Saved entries
* * *

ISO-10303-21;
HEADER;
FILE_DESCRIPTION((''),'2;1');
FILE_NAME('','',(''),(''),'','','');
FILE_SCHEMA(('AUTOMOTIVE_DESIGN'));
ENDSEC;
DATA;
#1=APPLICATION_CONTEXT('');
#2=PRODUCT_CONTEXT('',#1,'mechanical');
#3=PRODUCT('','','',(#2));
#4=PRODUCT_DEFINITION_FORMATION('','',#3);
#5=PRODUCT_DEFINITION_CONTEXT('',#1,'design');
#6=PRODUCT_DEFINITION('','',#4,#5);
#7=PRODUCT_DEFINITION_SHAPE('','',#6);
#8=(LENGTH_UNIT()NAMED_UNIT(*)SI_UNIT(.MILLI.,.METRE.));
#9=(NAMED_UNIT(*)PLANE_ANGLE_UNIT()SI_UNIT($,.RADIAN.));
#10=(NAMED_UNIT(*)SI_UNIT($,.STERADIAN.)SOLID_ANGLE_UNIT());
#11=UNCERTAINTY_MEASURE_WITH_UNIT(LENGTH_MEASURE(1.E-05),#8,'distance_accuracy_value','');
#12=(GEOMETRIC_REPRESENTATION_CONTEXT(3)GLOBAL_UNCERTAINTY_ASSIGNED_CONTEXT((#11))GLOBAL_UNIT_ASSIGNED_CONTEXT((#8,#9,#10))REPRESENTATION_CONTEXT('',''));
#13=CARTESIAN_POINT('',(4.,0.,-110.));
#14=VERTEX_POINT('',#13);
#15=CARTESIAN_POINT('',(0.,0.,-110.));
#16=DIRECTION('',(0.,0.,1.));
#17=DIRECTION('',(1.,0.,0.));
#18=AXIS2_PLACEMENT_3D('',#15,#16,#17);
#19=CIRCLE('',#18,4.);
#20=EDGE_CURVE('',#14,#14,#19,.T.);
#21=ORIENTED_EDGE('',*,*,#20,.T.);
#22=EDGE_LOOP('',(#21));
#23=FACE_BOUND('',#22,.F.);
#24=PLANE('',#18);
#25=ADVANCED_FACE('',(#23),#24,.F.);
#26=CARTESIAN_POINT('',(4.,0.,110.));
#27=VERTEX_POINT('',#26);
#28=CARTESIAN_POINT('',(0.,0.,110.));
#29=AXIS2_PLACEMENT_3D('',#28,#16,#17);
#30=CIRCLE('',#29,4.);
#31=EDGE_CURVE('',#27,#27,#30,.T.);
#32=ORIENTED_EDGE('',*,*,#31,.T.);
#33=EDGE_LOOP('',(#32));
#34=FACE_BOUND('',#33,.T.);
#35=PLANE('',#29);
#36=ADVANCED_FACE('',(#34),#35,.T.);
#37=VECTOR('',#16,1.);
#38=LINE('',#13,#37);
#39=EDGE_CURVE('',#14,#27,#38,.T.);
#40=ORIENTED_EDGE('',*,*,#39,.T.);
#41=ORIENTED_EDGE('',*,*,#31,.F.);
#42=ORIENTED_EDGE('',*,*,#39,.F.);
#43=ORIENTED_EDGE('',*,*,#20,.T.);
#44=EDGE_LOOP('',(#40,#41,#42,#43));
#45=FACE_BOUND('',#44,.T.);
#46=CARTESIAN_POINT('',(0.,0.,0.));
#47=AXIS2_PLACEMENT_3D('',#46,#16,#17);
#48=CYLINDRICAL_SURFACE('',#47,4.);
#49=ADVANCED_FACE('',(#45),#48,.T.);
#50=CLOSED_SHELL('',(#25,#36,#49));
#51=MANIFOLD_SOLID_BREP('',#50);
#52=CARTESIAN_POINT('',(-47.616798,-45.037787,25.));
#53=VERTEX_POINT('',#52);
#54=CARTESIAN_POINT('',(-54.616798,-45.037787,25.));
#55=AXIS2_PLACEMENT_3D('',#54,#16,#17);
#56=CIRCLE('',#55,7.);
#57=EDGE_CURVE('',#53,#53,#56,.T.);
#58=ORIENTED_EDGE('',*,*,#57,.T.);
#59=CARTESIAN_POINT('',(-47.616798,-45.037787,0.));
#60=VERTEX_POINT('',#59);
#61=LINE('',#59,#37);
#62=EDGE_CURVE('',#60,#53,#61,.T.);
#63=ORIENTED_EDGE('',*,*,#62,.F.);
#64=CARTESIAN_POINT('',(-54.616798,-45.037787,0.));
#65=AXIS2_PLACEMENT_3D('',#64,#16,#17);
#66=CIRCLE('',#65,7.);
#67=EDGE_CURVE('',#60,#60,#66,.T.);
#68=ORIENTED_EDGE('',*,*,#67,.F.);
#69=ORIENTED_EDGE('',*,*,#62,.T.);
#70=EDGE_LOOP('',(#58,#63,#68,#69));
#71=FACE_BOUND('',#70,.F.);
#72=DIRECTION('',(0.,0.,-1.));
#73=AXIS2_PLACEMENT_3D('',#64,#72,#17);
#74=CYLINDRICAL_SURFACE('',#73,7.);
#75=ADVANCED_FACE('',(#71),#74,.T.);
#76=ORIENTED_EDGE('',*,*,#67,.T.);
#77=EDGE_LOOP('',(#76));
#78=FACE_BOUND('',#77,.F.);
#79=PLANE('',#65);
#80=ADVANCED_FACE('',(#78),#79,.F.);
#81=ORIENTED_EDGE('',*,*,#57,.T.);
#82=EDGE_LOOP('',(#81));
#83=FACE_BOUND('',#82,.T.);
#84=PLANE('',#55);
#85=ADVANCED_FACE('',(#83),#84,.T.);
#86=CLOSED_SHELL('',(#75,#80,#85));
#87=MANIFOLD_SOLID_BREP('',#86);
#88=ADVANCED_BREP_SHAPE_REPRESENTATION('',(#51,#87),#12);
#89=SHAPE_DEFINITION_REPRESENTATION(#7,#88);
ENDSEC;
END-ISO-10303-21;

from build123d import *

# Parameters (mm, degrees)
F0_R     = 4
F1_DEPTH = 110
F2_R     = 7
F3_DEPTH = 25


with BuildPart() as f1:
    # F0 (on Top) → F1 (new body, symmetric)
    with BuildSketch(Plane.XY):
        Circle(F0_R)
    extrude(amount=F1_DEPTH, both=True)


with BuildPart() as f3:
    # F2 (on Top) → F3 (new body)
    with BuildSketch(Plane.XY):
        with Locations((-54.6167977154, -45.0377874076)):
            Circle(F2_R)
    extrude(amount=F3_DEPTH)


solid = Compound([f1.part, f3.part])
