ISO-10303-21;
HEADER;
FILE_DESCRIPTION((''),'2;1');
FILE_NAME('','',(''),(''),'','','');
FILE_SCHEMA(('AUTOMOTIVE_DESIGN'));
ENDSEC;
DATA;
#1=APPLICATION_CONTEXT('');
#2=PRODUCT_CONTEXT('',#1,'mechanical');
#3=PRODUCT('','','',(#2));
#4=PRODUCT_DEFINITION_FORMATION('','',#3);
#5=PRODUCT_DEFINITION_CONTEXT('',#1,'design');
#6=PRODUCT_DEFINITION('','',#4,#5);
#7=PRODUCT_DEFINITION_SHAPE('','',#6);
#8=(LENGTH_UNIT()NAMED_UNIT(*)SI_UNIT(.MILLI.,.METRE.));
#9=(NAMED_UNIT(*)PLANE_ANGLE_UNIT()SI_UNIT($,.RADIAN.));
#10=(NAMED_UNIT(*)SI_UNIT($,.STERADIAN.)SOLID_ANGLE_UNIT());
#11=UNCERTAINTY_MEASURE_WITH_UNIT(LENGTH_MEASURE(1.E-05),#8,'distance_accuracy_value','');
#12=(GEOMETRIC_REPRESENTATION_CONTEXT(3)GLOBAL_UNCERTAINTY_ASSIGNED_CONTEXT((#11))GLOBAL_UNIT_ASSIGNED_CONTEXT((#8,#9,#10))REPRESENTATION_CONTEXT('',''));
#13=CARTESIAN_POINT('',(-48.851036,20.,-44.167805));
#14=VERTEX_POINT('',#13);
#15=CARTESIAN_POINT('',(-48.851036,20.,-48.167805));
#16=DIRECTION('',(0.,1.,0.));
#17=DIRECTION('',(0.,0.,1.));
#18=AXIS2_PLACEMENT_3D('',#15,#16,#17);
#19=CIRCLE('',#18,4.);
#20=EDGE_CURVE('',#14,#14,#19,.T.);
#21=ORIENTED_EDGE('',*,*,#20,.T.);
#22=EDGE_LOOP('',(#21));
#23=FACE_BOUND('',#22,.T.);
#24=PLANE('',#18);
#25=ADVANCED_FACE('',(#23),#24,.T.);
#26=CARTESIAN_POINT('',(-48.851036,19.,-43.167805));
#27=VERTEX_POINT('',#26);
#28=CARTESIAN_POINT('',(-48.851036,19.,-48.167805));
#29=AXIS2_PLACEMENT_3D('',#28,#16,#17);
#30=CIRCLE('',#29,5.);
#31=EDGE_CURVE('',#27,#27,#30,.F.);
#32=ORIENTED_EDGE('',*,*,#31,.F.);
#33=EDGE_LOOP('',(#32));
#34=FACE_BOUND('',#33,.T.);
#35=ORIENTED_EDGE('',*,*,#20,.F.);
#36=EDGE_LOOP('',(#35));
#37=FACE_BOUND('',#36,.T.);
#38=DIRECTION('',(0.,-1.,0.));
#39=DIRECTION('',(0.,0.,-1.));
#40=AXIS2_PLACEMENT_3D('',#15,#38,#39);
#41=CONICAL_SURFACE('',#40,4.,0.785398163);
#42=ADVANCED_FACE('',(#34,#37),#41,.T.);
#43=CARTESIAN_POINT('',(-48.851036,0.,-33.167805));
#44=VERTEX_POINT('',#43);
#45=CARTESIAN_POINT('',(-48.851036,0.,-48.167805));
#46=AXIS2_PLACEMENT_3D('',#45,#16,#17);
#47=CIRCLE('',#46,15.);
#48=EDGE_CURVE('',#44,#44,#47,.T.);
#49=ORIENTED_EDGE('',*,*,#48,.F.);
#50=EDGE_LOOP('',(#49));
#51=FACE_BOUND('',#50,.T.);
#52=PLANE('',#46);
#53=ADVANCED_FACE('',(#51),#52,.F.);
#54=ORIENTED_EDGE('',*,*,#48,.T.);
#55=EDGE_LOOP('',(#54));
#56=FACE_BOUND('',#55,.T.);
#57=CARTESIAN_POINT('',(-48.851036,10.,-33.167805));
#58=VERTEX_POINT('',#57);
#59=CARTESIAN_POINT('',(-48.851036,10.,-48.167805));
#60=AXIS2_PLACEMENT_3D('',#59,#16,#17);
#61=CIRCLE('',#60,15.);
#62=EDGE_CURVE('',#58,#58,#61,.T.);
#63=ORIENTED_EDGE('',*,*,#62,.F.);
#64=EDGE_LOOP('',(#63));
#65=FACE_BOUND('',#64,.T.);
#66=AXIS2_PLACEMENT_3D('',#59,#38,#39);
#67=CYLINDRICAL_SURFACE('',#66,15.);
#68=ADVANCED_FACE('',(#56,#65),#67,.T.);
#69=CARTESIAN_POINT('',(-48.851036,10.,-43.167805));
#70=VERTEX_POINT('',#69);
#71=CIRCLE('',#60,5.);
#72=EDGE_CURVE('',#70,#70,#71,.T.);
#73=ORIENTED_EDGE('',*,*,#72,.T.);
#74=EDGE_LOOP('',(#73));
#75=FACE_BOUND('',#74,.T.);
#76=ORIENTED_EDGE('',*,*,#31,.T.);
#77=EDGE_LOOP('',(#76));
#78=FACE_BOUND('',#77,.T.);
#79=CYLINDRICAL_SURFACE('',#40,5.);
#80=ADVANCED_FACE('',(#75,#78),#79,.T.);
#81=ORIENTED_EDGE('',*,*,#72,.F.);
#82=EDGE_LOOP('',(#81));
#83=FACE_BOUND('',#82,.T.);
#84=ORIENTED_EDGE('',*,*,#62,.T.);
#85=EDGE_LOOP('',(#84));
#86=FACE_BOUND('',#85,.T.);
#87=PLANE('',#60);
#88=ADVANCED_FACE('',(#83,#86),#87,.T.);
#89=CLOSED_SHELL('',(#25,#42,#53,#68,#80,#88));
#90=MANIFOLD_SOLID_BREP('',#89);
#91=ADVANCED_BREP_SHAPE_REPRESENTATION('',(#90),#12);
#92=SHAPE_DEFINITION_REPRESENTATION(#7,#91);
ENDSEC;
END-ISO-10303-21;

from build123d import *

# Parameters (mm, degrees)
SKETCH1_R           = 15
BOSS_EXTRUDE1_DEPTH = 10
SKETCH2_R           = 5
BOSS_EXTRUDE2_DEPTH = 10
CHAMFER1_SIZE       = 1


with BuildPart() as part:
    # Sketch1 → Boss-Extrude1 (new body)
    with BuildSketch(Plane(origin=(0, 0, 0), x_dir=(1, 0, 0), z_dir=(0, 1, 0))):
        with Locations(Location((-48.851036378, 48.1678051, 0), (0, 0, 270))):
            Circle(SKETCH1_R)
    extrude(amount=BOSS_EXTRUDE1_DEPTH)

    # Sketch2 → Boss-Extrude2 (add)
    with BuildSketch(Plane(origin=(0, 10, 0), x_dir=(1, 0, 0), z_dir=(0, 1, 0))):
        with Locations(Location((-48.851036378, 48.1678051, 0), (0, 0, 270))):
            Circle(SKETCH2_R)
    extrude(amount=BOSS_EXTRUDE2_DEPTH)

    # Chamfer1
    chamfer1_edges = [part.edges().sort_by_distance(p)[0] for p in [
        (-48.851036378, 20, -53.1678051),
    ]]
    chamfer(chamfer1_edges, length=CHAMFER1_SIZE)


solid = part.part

* * *

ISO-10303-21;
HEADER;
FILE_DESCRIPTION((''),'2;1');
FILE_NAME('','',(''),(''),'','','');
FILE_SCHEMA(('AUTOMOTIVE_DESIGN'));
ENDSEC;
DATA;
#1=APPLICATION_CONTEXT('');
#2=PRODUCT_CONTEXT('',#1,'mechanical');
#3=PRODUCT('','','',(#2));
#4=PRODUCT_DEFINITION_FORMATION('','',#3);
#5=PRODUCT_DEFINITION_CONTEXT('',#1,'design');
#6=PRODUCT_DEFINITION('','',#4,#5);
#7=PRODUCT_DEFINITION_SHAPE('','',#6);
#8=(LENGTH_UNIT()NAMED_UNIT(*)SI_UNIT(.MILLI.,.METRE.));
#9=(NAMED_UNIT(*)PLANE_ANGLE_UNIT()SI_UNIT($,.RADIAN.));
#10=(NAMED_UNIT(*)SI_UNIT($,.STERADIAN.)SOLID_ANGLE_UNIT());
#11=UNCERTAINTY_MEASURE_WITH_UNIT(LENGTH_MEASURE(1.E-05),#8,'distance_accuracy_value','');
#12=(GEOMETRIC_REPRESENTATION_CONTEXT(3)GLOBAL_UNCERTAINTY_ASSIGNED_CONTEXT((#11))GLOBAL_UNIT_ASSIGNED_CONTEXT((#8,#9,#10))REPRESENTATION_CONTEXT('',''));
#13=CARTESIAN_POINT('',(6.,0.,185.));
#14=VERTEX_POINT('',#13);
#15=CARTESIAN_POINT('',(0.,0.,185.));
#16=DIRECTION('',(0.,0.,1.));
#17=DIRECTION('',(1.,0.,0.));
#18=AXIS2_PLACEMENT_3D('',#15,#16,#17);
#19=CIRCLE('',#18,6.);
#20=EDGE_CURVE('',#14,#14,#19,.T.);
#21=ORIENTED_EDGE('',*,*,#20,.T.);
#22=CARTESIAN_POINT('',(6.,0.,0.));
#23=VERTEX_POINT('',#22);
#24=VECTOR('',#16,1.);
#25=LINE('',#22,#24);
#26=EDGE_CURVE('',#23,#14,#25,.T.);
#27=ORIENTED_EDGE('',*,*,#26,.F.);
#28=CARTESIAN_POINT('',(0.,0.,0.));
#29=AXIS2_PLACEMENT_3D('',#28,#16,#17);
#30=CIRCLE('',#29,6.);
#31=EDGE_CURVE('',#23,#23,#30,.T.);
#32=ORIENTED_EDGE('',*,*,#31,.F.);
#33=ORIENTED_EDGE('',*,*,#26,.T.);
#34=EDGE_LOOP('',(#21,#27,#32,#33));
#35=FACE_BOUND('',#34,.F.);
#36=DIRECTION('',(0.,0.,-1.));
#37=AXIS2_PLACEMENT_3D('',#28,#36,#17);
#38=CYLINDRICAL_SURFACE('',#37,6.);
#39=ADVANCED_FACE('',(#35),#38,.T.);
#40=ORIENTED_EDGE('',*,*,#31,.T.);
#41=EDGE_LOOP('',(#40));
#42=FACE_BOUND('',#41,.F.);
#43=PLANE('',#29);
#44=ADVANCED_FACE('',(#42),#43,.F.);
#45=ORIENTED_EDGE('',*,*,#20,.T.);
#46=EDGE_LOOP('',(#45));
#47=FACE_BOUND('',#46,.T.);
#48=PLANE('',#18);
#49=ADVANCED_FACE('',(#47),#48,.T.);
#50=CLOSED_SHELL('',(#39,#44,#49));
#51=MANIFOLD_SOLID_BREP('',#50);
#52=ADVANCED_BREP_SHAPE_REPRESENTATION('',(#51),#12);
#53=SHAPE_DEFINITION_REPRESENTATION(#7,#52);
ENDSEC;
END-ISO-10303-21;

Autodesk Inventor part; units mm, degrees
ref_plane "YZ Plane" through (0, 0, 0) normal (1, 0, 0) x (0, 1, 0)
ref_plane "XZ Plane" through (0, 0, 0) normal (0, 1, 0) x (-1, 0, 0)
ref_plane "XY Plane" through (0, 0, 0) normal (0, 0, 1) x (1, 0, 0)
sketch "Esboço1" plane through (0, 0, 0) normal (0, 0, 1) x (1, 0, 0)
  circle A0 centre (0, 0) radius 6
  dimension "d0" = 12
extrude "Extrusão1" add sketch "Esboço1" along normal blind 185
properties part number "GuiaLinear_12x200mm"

* * *

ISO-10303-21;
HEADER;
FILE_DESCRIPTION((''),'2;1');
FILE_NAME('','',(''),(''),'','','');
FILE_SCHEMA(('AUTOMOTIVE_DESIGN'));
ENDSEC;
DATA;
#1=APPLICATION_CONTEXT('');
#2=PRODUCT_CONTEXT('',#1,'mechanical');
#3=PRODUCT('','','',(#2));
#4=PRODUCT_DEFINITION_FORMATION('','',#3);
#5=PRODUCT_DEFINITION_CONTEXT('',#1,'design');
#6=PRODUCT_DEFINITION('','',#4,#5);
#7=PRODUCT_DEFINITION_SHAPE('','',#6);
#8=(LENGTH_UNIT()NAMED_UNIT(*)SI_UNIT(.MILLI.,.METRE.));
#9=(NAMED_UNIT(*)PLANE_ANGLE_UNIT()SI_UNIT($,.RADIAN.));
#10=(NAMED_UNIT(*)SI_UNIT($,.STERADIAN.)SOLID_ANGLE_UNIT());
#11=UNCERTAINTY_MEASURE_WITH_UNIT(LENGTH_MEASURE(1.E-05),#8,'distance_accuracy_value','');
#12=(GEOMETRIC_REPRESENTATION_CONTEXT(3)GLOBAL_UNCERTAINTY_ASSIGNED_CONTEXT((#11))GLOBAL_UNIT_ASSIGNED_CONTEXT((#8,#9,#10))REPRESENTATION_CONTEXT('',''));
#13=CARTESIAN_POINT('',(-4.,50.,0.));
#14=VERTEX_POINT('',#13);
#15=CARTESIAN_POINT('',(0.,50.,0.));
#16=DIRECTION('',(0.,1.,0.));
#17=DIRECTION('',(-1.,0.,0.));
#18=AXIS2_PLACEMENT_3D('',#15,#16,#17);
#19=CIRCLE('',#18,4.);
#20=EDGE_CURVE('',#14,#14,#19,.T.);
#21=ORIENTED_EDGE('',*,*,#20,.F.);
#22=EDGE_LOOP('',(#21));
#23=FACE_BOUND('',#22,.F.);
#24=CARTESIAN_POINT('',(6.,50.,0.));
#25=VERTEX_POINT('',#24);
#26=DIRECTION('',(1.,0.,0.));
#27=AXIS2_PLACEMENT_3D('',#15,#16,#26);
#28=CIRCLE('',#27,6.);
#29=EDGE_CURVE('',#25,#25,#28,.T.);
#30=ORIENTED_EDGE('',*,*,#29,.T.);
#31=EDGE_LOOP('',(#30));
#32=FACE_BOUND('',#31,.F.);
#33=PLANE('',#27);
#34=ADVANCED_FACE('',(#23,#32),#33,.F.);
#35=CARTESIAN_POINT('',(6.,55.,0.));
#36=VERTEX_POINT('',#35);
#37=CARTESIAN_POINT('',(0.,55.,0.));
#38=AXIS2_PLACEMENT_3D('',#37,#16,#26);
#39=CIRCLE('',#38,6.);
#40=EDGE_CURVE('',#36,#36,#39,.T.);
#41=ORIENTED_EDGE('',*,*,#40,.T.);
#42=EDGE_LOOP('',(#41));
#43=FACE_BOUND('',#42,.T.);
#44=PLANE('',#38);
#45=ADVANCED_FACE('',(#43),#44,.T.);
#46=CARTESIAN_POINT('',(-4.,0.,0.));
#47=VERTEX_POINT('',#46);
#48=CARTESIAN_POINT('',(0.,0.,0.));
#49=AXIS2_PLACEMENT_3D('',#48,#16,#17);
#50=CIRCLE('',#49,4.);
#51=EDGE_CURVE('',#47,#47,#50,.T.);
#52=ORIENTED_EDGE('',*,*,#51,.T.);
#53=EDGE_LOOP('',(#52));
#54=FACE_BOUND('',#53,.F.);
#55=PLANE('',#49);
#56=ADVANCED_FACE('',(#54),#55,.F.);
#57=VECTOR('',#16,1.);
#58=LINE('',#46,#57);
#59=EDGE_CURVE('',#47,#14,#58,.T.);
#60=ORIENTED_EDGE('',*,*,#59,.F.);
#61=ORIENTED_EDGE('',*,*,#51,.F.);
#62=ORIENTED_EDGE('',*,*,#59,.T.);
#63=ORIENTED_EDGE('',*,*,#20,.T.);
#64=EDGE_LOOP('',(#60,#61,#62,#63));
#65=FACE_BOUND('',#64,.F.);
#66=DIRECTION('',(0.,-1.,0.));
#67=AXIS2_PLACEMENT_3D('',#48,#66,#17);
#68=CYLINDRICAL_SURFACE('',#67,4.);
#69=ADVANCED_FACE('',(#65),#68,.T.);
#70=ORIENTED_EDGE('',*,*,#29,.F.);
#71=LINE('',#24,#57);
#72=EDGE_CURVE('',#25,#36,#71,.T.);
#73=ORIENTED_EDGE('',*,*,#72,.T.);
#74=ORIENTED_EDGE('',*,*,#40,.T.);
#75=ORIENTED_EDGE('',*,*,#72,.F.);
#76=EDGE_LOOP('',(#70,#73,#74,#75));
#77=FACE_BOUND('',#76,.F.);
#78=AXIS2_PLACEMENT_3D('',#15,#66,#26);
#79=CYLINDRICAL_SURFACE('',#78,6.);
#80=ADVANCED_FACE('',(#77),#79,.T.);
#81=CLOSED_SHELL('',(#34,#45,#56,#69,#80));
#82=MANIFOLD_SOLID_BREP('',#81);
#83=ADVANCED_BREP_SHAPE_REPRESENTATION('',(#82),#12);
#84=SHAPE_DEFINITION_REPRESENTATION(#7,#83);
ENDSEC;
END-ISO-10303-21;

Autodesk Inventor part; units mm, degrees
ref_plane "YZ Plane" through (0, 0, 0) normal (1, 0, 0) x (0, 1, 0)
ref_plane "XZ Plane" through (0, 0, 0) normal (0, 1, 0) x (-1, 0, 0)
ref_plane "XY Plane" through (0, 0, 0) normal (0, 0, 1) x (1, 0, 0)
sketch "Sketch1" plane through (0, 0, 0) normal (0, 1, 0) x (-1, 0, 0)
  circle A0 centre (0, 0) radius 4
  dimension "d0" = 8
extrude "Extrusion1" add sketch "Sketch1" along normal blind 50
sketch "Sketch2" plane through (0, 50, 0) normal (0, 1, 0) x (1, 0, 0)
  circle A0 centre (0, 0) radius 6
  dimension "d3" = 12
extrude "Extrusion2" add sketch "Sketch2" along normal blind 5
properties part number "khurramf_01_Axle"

* * *

» Aim of the task
All that should be written out is the stretch of lines above between the one holding "#32=ORIENTED_EDGE('',*,*,#31,.T.);" and the one holding "#42=ORIENTED_EDGE('',*,*,#39,.F.);", inclusive, exactly as given.

» Response to the task
#32=ORIENTED_EDGE('',*,*,#31,.T.);
#33=EDGE_LOOP('',(#32));
#34=FACE_BOUND('',#33,.T.);
#35=PLANE('',#29);
#36=ADVANCED_FACE('',(#34),#35,.T.);
#37=VECTOR('',#16,1.);
#38=LINE('',#13,#37);
#39=EDGE_CURVE('',#14,#27,#38,.T.);
#40=ORIENTED_EDGE('',*,*,#39,.T.);
#41=ORIENTED_EDGE('',*,*,#31,.F.);
#42=ORIENTED_EDGE('',*,*,#39,.F.);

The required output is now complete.